Lean in.
I woke up a couple mornings ago with a vivid recollection of a dream; the details were already fuzzy, but the emotional content remained strong. I was among a small group of people, and we were being asked to consider the problem of homelessness together. I found myself backing away internally, feeling overwhelmed by the scope of the problem and inadequate to offer any solutions.
But the facilitator, sensing my reluctance, urged me to stay lean in. “If you’re just willing to hold the problem wholeheartedly, to feel the pain and tension embedded in this crisis, and to feel your own vulnerability in the face of the brokenness it represents…it will begin to change you.” And I woke up.
Life is chock full of painful situations.
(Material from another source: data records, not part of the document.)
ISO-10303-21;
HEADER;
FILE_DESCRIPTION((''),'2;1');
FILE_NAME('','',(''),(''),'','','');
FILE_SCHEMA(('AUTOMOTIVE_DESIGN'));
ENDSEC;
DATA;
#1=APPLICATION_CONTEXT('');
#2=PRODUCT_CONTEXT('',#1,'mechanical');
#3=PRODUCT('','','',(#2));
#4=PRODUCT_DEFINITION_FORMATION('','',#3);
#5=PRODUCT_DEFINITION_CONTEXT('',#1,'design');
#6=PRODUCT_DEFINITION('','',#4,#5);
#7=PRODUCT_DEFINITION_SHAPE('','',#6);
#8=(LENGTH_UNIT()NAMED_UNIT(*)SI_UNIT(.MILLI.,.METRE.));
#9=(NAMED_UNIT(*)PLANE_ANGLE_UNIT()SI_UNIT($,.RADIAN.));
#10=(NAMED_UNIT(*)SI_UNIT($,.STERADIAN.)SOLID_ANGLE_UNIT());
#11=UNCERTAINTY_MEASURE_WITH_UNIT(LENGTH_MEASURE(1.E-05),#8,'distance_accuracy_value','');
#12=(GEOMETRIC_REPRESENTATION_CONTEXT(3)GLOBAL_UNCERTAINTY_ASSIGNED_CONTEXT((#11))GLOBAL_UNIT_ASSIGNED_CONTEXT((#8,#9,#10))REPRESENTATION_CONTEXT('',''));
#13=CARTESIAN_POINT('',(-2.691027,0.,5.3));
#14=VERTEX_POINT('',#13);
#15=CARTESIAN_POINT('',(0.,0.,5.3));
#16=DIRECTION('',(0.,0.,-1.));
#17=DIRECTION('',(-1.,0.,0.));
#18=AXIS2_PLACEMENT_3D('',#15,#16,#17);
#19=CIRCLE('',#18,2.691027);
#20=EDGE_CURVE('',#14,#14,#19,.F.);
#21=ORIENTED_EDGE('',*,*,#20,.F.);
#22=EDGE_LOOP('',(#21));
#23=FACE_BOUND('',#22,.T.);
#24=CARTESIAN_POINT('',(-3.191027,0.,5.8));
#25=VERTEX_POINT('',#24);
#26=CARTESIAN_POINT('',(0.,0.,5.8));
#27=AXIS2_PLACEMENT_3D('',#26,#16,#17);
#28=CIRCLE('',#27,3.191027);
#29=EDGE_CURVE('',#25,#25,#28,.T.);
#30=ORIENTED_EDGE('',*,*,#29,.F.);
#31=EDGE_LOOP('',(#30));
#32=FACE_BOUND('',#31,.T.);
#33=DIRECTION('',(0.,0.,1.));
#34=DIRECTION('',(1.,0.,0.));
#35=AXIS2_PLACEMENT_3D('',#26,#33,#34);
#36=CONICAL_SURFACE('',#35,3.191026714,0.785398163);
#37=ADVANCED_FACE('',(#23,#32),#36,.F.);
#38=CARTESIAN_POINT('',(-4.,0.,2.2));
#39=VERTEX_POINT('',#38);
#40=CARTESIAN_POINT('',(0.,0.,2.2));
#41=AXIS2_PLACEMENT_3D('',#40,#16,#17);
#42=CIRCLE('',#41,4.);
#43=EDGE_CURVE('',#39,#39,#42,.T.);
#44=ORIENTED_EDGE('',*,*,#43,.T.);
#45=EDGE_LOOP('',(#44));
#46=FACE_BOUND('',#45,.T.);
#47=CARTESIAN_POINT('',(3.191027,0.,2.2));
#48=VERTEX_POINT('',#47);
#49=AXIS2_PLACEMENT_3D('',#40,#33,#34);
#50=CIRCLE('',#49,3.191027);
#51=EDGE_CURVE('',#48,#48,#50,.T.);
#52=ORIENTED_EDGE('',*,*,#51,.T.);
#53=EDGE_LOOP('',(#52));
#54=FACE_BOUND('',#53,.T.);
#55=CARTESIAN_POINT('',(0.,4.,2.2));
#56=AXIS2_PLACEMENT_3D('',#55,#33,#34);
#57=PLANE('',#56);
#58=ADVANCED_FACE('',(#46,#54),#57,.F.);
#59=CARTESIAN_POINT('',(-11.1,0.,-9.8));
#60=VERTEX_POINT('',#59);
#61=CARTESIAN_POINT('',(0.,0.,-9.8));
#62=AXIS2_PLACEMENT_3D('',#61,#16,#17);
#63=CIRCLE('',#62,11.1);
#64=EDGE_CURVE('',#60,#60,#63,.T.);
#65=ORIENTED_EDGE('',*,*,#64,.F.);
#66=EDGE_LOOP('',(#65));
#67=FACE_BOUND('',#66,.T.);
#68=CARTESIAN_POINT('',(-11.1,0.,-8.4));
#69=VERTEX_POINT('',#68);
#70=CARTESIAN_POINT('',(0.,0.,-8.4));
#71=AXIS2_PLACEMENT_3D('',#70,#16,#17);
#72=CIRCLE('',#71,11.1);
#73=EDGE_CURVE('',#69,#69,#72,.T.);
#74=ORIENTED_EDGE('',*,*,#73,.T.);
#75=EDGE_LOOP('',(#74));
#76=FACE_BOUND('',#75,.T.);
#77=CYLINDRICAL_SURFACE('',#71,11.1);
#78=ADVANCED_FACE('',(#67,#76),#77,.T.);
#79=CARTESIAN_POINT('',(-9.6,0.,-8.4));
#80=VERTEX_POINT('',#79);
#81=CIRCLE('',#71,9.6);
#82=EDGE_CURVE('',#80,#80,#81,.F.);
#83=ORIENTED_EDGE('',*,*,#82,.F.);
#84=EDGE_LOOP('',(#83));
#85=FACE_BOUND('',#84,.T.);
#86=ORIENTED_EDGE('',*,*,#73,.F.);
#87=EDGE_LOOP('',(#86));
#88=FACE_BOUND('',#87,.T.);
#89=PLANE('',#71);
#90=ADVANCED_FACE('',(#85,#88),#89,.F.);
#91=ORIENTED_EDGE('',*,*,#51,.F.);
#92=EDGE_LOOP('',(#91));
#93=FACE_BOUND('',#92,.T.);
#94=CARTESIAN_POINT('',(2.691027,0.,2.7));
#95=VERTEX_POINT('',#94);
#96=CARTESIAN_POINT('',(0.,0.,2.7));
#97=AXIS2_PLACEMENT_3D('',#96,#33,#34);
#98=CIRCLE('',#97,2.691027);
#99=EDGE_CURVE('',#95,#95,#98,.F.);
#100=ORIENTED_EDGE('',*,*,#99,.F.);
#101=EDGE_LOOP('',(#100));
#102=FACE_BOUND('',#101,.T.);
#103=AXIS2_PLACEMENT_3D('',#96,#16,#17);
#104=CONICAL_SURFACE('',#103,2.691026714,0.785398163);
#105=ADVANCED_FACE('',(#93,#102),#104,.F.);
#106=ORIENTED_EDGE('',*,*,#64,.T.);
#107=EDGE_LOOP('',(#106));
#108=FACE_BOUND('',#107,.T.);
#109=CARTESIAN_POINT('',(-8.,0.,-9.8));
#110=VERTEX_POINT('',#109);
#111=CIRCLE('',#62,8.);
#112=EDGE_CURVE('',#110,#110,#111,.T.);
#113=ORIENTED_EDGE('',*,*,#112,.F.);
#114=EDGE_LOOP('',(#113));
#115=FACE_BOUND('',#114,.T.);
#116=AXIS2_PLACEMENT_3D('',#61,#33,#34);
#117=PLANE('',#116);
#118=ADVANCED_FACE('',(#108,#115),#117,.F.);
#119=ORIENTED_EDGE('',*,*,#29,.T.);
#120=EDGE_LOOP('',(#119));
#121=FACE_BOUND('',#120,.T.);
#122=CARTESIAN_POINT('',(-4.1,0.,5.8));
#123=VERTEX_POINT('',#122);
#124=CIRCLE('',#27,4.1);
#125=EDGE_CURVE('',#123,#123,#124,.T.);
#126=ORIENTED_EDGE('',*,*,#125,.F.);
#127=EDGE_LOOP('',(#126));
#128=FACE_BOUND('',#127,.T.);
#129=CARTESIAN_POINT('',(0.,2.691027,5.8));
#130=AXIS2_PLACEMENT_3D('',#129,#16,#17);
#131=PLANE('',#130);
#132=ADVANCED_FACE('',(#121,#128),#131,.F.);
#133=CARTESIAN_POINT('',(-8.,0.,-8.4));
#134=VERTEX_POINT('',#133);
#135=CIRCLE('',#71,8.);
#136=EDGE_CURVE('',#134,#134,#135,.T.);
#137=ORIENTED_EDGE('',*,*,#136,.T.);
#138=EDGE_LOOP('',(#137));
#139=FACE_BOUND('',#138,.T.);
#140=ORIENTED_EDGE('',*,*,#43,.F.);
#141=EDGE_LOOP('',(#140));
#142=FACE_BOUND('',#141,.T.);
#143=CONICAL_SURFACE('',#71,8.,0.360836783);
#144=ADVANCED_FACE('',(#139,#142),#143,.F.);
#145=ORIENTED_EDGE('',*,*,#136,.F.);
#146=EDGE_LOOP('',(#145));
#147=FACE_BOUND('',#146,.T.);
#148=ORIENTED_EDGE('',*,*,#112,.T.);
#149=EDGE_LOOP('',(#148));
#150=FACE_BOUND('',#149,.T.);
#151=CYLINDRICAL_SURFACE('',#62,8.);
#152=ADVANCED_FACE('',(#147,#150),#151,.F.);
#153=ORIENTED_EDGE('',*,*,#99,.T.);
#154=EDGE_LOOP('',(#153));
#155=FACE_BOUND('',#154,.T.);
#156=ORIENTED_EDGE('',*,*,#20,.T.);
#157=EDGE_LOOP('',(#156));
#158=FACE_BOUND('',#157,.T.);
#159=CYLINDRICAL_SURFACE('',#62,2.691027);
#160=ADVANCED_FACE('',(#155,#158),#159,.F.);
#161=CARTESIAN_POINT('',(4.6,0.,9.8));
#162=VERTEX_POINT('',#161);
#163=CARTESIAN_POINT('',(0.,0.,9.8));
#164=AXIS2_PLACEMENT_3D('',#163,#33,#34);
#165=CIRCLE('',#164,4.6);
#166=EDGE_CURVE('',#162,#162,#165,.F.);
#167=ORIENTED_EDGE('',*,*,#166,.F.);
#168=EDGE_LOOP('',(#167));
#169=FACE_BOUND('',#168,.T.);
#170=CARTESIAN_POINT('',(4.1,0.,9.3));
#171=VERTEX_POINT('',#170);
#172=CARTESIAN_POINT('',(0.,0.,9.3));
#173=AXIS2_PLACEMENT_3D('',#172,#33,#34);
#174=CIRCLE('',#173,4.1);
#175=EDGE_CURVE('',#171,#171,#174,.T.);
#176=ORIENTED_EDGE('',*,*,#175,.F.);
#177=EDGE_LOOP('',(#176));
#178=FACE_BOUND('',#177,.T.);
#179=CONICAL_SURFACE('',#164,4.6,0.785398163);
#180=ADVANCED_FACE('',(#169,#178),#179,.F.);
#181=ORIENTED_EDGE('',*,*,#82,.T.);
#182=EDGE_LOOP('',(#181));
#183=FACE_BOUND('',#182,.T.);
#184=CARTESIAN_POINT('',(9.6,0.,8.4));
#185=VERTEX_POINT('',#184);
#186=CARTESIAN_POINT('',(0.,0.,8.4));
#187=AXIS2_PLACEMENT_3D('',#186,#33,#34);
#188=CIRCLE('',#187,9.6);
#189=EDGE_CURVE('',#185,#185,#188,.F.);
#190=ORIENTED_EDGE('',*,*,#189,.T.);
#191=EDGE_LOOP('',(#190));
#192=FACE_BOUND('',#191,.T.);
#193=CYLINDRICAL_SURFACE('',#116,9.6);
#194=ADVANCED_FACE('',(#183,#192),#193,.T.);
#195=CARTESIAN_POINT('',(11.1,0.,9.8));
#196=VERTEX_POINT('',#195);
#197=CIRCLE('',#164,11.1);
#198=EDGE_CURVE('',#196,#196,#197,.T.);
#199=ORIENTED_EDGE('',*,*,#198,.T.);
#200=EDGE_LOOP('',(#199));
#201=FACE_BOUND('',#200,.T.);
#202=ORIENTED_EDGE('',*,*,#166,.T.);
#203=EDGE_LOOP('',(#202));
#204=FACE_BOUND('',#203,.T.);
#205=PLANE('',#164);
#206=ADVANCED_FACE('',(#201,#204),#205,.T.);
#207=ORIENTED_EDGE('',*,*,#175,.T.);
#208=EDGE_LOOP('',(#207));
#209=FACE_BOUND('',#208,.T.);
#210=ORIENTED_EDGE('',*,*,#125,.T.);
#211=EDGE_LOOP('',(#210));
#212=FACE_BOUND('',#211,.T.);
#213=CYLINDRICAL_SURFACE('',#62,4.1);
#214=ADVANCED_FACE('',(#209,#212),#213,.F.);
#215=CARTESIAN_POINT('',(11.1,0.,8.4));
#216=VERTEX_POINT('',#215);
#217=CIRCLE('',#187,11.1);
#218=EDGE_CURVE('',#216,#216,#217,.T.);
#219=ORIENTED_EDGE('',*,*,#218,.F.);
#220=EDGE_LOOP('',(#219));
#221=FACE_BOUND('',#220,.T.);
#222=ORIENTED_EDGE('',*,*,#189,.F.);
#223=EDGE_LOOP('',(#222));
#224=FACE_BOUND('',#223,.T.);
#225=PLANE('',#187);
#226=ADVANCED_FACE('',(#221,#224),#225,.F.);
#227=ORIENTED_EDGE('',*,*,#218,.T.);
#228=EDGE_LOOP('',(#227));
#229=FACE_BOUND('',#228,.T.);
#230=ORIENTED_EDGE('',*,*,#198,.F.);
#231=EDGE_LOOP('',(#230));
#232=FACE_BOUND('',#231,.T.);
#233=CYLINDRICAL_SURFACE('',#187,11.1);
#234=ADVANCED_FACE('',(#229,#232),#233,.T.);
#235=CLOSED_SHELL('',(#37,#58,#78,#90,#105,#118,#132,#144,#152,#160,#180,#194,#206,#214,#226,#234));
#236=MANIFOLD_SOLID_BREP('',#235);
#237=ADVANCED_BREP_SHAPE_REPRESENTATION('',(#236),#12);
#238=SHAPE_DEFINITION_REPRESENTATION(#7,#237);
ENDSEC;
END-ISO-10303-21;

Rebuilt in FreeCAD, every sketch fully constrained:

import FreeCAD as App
import Part
import Sketcher

V = App.Vector
Q = App.Units.Quantity


def edges_at(feature, points):
    """Names of the edges that pass closest to the given points."""
    edges = feature.Shape.Edges
    near = lambda p: min(range(len(edges)), key=lambda i: edges[i].distToShape(Part.Vertex(*p))[0])
    return sorted({f"Edge{near(p) + 1}" for p in points})


def add_polygon(sketch, points):
    """Adds a closed chain of lines whose ends are joined by coincident constraints."""
    first, n = sketch.GeometryCount, len(points)
    for a, b in zip(points, points[1:] + points[:1]):
        sketch.addGeometry(Part.LineSegment(App.Vector(*a, 0), App.Vector(*b, 0)), False)
    for i in range(n):
        sketch.addConstraint(Sketcher.Constraint("Coincident", first + i, 2, first + (i + 1) % n, 1))

doc = App.newDocument("Part")
body = doc.addObject("PartDesign::Body", "Body")

# Sketch on XY plane
sketch1 = doc.addObject("Sketcher::SketchObject", "Sketch")
body.addObject(sketch1)
sketch1.AttachmentSupport = (doc.XY_Plane, [""])
sketch1.MapMode = "FlatFace"
sketch1.addGeometry(Part.Circle(V(0, 0, 0), V(0, 0, 1), 9.6), False)
sketch1.addConstraint([
    Sketcher.Constraint("Coincident", 0, 3, -1, 1),
    Sketcher.Constraint("Diameter", 0, Q("19.2 mm")),
])
pad1 = doc.addObject("PartDesign::Pad", "Pad")
body.addObject(pad1)
pad1.Profile = sketch1
pad1.Type = "TwoLengths"
pad1.Length = 9.8
pad1.Length2 = 9.8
Perhaps not all operate at the same scale as homelessness, but we are confronted by them nevertheless. An unsatisfying career, a broken relationship, a dying relative, a painful dynamic with your spouse that you can’t seem to fix. A long list of sufferings, small and large, parades in front of our lives day by day…and that’s before we get to the tidal wave of pain reported by newscasters. What to do?
The more personal and perplexing the problem, the more we are tempted to distance ourselves from it emotionally. It’s human nature—and we’re good at finding ways to dodge the uncomfortable feelings they elicit. We jump back into the familiar demands of work; we distract ourselves with the next episode on Netflix; we may reach for an extra shot of whiskey or an elicit relationship…all to avoid a source of pain.
For myself that morning, the pain point was a difficult relationship where I felt a conflux of negative emotions from powerlessness to frustration to an almost panicky urge to flee. And into that anxious space I felt God appeal to my heart: don't run away, don’t resist. Instead lean in! Pain will be your teacher if you allow it.
I began to look at the hard questions: What is it about me that makes this relationship so difficult? How is my false self rising in response to anxiety? What would a true self response look like? How does God want to form something good in me out of this painful situation?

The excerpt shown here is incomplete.